#### [What the exercise asks]
Your answer must consist solely of the lines from the start of the entries below through the line with "#328=CARTESIAN_POINT('',(0.264387,0.19665,20.));", unchanged.
### Given information
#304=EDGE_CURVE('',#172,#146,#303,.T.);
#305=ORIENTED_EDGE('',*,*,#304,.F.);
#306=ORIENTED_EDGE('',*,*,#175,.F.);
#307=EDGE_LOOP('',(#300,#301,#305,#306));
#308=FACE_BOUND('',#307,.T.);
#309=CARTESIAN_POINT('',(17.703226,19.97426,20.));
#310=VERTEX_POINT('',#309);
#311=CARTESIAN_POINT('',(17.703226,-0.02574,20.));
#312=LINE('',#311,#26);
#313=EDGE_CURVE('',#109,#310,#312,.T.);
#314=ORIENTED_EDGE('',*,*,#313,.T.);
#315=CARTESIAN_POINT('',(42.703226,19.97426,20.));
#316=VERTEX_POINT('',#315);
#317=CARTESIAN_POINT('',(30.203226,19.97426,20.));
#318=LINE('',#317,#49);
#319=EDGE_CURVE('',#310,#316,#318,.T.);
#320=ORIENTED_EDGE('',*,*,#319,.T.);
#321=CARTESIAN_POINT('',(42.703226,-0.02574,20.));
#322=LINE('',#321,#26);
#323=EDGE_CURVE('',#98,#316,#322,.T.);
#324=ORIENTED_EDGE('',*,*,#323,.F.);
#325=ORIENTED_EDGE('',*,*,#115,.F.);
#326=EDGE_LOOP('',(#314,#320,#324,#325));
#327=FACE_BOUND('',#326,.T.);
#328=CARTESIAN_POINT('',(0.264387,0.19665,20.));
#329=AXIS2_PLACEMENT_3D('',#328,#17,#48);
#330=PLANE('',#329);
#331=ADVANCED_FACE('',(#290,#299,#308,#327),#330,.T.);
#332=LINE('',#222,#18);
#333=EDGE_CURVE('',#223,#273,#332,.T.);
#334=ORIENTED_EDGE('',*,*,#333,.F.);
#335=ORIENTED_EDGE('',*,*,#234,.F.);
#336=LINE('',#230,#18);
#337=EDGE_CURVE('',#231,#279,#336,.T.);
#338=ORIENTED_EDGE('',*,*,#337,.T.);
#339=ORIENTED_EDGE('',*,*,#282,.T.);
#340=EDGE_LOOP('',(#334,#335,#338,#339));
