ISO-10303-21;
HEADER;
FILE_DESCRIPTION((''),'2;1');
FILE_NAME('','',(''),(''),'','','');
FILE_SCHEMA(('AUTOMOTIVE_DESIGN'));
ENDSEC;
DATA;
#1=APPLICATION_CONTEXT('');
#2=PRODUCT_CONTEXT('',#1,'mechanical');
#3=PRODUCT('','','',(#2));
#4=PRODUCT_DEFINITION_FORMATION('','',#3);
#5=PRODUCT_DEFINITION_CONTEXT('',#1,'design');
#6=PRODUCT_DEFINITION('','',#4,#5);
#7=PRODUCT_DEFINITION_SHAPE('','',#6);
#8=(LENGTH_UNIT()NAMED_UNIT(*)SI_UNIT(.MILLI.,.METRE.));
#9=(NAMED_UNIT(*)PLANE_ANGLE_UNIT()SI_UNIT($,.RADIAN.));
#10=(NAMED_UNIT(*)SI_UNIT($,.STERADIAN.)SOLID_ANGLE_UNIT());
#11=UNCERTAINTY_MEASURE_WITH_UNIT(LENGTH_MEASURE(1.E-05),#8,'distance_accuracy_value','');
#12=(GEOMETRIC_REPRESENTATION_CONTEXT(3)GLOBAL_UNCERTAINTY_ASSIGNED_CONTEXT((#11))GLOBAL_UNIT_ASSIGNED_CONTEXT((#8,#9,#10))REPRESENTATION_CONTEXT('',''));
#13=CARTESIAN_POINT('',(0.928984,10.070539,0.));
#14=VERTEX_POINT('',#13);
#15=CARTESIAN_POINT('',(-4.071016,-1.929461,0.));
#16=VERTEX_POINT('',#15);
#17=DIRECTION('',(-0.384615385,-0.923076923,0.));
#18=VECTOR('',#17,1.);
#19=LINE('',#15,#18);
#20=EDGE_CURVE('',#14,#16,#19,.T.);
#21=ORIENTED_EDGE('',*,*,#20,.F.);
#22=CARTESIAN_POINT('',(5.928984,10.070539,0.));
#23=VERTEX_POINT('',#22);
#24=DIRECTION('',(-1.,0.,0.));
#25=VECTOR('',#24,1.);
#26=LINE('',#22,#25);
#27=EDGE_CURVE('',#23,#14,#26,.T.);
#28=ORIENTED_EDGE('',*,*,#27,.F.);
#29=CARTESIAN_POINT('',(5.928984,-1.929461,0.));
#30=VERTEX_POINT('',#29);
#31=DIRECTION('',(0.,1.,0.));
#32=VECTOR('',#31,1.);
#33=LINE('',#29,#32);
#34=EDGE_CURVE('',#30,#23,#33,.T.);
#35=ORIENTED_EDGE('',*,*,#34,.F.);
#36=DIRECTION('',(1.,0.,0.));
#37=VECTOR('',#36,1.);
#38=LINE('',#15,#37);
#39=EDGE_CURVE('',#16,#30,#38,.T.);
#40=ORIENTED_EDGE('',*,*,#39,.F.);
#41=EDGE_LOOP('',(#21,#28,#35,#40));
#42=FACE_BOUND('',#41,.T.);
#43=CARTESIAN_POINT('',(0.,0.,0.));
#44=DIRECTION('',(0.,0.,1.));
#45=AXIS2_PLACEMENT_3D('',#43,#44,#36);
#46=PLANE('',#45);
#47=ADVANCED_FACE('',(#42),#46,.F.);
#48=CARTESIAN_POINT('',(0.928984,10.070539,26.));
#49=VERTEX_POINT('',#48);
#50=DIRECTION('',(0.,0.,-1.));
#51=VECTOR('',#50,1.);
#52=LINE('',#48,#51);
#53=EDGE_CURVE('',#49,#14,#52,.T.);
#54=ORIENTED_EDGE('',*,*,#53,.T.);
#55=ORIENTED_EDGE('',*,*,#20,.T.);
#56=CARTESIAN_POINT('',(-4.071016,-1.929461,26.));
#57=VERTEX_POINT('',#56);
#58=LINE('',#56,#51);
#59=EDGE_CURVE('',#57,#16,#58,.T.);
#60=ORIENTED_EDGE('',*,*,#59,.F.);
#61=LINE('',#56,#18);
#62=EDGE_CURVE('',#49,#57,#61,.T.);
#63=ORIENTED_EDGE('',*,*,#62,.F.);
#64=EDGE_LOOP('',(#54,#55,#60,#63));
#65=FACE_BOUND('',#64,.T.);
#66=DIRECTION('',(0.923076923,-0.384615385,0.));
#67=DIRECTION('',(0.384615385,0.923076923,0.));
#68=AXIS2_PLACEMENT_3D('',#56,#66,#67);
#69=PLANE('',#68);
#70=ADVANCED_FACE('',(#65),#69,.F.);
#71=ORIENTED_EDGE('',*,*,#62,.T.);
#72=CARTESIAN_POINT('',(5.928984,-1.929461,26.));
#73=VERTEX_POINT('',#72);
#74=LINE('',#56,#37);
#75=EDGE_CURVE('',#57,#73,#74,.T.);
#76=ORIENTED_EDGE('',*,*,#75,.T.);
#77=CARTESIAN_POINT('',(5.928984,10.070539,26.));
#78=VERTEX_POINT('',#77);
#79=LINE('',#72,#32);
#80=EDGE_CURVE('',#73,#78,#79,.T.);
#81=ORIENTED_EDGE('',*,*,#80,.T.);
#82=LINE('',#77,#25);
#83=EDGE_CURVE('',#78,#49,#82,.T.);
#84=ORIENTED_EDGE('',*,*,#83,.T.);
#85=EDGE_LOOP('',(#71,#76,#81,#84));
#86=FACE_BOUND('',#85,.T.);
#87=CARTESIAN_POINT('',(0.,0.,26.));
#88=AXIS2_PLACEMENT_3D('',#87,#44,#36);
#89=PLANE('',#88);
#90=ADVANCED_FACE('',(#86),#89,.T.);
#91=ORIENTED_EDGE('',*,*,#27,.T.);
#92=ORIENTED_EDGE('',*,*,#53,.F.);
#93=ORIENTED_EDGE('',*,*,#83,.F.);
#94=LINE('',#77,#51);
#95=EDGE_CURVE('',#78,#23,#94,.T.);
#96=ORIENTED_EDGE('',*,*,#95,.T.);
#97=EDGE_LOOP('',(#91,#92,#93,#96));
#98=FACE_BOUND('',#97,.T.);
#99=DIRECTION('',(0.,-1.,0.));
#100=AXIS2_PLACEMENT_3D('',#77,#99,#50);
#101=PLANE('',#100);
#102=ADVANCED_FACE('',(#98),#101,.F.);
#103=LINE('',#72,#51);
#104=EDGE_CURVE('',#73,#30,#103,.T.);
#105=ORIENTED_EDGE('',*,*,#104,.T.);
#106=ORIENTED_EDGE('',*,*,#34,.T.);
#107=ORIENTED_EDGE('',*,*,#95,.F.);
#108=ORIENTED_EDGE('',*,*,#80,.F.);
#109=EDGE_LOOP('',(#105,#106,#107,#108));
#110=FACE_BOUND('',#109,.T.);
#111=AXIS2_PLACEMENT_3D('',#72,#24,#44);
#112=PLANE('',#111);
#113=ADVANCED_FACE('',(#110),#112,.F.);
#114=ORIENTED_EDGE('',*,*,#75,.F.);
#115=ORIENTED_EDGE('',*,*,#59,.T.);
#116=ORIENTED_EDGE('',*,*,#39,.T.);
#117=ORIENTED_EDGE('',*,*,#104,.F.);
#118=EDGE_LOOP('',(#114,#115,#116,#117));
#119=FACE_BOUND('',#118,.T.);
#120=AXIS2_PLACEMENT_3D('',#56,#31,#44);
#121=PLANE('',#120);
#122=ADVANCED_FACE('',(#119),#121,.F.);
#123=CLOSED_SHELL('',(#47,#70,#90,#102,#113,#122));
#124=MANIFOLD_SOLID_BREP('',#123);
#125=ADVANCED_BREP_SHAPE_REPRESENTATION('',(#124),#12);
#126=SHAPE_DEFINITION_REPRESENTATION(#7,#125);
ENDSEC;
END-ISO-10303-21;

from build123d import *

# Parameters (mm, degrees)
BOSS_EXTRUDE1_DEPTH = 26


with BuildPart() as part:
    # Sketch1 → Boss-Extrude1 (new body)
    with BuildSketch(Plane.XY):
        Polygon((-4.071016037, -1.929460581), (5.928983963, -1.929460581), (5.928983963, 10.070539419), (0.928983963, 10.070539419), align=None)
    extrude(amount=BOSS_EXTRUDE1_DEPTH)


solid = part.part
######
#### [Expected output]
#304=EDGE_CURVE('',#172,#146,#303,.T.);
#305=ORIENTED_EDGE('',*,*,#304,.F.);
#306=ORIENTED_EDGE('',*,*,#175,.F.);
#307=EDGE_LOOP('',(#300,#301,#305,#306));
#308=FACE_BOUND('',#307,.T.);
#309=CARTESIAN_POINT('',(17.703226,19.97426,20.));
#310=VERTEX_POINT('',#309);
#311=CARTESIAN_POINT('',(17.703226,-0.02574,20.));
#312=LINE('',#311,#26);
#313=EDGE_CURVE('',#109,#310,#312,.T.);
#314=ORIENTED_EDGE('',*,*,#313,.T.);
#315=CARTESIAN_POINT('',(42.703226,19.97426,20.));
#316=VERTEX_POINT('',#315);
#317=CARTESIAN_POINT('',(30.203226,19.97426,20.));
#318=LINE('',#317,#49);
#319=EDGE_CURVE('',#310,#316,#318,.T.);
#320=ORIENTED_EDGE('',*,*,#319,.T.);
#321=CARTESIAN_POINT('',(42.703226,-0.02574,20.));
#322=LINE('',#321,#26);
#323=EDGE_CURVE('',#98,#316,#322,.T.);
#324=ORIENTED_EDGE('',*,*,#323,.F.);
#325=ORIENTED_EDGE('',*,*,#115,.F.);
#326=EDGE_LOOP('',(#314,#320,#324,#325));
#327=FACE_BOUND('',#326,.T.);
#328=CARTESIAN_POINT('',(0.264387,0.19665,20.));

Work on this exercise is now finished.